Śródmieście było stosunkowo spokojne, ale wiemy, co działo się na Woli. Niemcy urządzili tam zupełną hekatombę, ponieważ uważali nasze wojsko za bandytów. Oskarżyli ludność, że jest zamieszana w Powstanie, więc wymordowali cywilów całej dzielnicy już w pierwszych dniach powstania, zanim ludzie zdążyli się zorientować, co się dzieje.
W kolejnym kroku Niemcy wypierali nas ze Starego Miasta, następnie ruszyli na południe w rejony parku Krasińskich, placu Bankowego, Marszałkowskiej, Królewskiej, Jasnej. Nasz dom był w zasadzie pierwszym, który był zaledwie bardzo podziurawiony, bo wystawał z osi ulicy.
Niemcy bombardowali bardzo systematycznie.

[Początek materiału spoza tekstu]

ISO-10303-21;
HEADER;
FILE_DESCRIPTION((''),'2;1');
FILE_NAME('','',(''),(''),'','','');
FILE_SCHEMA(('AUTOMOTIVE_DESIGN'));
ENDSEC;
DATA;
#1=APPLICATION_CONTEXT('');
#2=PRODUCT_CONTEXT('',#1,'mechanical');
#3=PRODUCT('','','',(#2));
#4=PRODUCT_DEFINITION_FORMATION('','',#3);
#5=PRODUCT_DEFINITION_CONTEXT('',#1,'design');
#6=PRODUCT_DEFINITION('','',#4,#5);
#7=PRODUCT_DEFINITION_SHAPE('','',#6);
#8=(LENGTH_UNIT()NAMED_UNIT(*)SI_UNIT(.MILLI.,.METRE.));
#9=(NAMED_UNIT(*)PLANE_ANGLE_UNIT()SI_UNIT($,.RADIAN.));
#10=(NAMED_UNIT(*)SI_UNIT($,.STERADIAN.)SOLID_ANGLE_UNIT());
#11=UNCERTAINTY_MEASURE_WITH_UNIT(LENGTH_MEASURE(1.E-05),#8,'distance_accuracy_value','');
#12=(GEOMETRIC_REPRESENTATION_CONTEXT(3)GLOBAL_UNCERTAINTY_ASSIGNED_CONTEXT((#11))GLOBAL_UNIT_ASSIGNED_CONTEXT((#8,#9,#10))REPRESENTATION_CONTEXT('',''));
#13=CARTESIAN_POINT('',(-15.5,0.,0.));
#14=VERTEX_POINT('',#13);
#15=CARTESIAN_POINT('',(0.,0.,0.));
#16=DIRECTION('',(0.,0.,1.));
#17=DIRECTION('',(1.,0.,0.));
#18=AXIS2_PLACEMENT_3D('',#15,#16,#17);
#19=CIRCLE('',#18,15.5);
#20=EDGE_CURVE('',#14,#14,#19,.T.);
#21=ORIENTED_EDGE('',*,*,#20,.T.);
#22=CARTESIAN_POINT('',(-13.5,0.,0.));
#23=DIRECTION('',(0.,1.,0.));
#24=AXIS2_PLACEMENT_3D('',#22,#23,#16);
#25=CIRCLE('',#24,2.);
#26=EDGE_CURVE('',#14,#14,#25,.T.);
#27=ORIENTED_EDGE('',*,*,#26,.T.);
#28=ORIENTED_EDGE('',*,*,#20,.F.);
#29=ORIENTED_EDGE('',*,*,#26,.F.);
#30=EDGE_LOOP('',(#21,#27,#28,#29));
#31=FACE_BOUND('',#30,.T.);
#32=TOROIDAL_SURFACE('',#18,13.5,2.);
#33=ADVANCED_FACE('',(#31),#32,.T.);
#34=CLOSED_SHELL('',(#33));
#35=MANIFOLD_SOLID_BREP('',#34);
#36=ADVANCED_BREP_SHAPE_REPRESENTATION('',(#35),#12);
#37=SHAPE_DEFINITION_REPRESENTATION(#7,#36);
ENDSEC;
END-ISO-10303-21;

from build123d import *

# Parameters (mm, degrees)
SKETCH4_R = 2


with BuildPart() as part:
    # Sweep1: sweep along a path in Sketch3
    with BuildLine(Plane.XY) as sweep1_path:
        CenterArc((0, 0), 13.5, 0, 360)
    # Sketch4 → Sweep1 (sweep)
    with BuildSketch(Plane(origin=(0, 0, 0), x_dir=(1, 0, 0), z_dir=(0, 1, 0))):
        with Locations((-13.5, 0)):
            Circle(SKETCH4_R)
    sweep(path=sweep1_path.line)


solid = part.part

Byli punktualni – zaczynali równo o szóstej rano, potem następowała przerwa obiadowa, potem bombardowanie popołudniowe, a potem szli spać. Widzieliśmy, na co się szykować. Nie było oczywiście tak, że w rejonach Centrum nie toczyły się żadne walki, bo Powstańcy chcieli chociażby wykurzyć Niemców z Prudentiala, ale jednak główny front znajdował się trochę dalej.

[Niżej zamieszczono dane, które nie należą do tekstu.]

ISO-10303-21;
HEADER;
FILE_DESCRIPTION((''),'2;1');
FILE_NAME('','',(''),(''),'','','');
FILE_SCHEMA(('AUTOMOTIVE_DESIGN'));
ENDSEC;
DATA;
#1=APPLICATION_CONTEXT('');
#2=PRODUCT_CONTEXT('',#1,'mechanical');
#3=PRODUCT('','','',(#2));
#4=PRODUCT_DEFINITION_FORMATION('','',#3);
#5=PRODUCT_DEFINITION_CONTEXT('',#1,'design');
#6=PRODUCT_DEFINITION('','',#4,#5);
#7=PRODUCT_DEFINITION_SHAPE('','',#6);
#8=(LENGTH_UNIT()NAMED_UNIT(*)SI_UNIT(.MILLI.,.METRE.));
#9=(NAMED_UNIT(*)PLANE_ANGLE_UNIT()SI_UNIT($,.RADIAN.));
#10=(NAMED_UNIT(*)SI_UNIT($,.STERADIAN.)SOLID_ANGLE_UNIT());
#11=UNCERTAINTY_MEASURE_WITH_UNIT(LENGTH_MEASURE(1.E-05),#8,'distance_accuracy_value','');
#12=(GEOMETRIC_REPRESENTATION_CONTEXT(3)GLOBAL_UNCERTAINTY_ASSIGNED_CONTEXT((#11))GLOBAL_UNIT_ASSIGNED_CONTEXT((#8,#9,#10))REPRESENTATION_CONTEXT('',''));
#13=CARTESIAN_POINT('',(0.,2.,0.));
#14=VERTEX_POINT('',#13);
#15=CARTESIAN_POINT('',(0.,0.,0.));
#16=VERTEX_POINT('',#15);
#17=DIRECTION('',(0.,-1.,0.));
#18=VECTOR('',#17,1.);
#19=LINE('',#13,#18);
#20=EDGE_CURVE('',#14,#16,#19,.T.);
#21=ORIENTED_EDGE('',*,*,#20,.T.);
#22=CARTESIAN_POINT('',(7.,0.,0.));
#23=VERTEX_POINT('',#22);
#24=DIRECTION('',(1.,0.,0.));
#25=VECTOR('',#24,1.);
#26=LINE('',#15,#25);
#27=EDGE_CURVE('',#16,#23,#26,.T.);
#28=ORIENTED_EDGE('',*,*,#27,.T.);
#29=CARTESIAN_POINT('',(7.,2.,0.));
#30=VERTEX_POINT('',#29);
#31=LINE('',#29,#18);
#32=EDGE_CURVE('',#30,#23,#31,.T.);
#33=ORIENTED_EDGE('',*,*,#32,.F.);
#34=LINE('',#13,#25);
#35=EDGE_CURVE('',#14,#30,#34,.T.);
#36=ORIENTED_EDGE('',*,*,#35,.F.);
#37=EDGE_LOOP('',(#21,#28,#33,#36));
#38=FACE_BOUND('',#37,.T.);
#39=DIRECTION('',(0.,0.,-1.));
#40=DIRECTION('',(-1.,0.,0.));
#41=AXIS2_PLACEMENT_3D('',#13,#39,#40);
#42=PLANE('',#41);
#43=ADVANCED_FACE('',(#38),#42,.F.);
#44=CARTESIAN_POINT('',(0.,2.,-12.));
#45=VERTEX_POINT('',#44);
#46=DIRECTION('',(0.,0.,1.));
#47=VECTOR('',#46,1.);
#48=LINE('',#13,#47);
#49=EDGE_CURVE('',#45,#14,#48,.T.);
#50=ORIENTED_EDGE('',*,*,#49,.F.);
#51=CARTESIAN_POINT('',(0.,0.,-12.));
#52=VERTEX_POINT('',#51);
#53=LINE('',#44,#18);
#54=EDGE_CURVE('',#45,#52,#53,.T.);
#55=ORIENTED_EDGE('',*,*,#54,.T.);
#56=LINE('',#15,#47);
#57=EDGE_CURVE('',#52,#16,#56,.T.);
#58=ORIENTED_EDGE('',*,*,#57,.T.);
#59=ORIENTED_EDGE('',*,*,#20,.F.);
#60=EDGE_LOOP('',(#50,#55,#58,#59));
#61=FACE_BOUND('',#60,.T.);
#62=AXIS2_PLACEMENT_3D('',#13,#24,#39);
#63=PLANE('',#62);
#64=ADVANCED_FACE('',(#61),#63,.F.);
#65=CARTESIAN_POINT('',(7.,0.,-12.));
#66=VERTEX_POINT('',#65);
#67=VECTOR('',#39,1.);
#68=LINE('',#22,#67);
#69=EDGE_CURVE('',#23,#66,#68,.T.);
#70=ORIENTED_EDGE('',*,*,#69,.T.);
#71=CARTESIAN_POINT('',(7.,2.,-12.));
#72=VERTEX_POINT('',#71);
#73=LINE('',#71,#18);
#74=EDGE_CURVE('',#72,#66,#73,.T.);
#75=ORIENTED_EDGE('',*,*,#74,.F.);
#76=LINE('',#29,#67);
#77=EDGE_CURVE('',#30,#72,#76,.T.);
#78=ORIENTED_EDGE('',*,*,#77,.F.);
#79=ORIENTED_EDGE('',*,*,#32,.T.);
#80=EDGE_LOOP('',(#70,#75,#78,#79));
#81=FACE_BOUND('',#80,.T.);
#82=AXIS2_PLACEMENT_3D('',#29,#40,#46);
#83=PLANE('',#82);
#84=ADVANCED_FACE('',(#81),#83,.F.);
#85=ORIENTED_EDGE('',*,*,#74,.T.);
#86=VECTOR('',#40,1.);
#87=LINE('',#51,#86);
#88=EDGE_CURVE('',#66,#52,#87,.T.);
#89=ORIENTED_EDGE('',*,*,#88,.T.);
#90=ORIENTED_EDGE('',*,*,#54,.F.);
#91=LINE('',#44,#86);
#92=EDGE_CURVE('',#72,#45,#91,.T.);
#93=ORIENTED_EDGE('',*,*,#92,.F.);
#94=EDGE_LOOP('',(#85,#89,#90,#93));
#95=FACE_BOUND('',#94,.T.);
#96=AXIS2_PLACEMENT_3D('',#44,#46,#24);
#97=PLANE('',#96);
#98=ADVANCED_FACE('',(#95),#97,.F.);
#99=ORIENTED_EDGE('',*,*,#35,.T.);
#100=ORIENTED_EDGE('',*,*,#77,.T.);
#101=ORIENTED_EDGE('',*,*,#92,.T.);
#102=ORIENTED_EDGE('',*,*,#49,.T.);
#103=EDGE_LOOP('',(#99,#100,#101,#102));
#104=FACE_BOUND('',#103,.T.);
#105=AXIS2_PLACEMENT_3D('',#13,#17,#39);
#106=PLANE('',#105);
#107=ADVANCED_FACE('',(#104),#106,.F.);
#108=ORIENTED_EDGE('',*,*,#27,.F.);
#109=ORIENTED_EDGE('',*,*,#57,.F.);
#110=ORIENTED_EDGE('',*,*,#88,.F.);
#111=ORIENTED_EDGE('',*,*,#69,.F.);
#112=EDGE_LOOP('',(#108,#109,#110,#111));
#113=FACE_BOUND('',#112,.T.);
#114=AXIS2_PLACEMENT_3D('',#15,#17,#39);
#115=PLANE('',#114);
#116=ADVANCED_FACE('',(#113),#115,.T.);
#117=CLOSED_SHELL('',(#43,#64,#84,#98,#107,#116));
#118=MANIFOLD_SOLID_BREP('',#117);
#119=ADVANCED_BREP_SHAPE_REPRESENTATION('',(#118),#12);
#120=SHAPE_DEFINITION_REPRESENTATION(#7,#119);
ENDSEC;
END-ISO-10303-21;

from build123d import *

# Parameters (mm, degrees)
SKETCH_1_W      = 7
SKETCH_1_H      = 12
EXTRUDE_1_DEPTH = 2


with BuildPart() as part:
    # 草图1 → 凸台-拉伸1 (new body)
    with BuildSketch(Plane(origin=(0, 0, 0), x_dir=(1, 0, 0), z_dir=(0, 1, 0))):
        with Locations((3.5, 6)):
            Rectangle(SKETCH_1_W, SKETCH_1_H)
    extrude(amount=EXTRUDE_1_DEPTH)


solid = part.part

Warszawa na południe od Alei Jerozolimskich była znacznie mniej zniszczona, niż jej druga połowa. Było bardzo różnie: Żoliborz początkowo był lekko podziurawiony, ale potem, gdy z Kampinosu szły wojska AK-owskie, to też toczyły się tam walki. Mokotów przez jakiś czas był spokojny, ale potem też uruchomiły się akcje w tym rejonie.
Dodatkowo cała Warszawa była poddawana atakom “krów”. Były to działa kolejowe, które potwornie skrzypiały przy ładowaniu. “Krowami” Niemcy strzelali Panu Bogu w okno, czyli jak im się wycelowało. Wypadało różnie. To nie odbywało się tak, jak teraz w Ukrainie, gdzie pociski punktowo, precyzyjnie spadają na cel.
Codziennie następował czas, gdy “krowy” strzelały i wtedy nie było wiadomo, gdzie to padnie. Walki wręcz były bardziej przewidywalne, bo informowano o nich przez radio, czy w gazetach. “Krowy” natomiast były niemożliwe, bo potwornie burzyły, paliły, domy po nich zrównane były do parteru, ludzi zasypywało w piwnicach… To samo dzieje się teraz w Ukrainie.
Nadszedł październik 1944 roku, Powstanie skapitulowało. Jak wyglądało życie w nowej, powojennej rzeczywistości?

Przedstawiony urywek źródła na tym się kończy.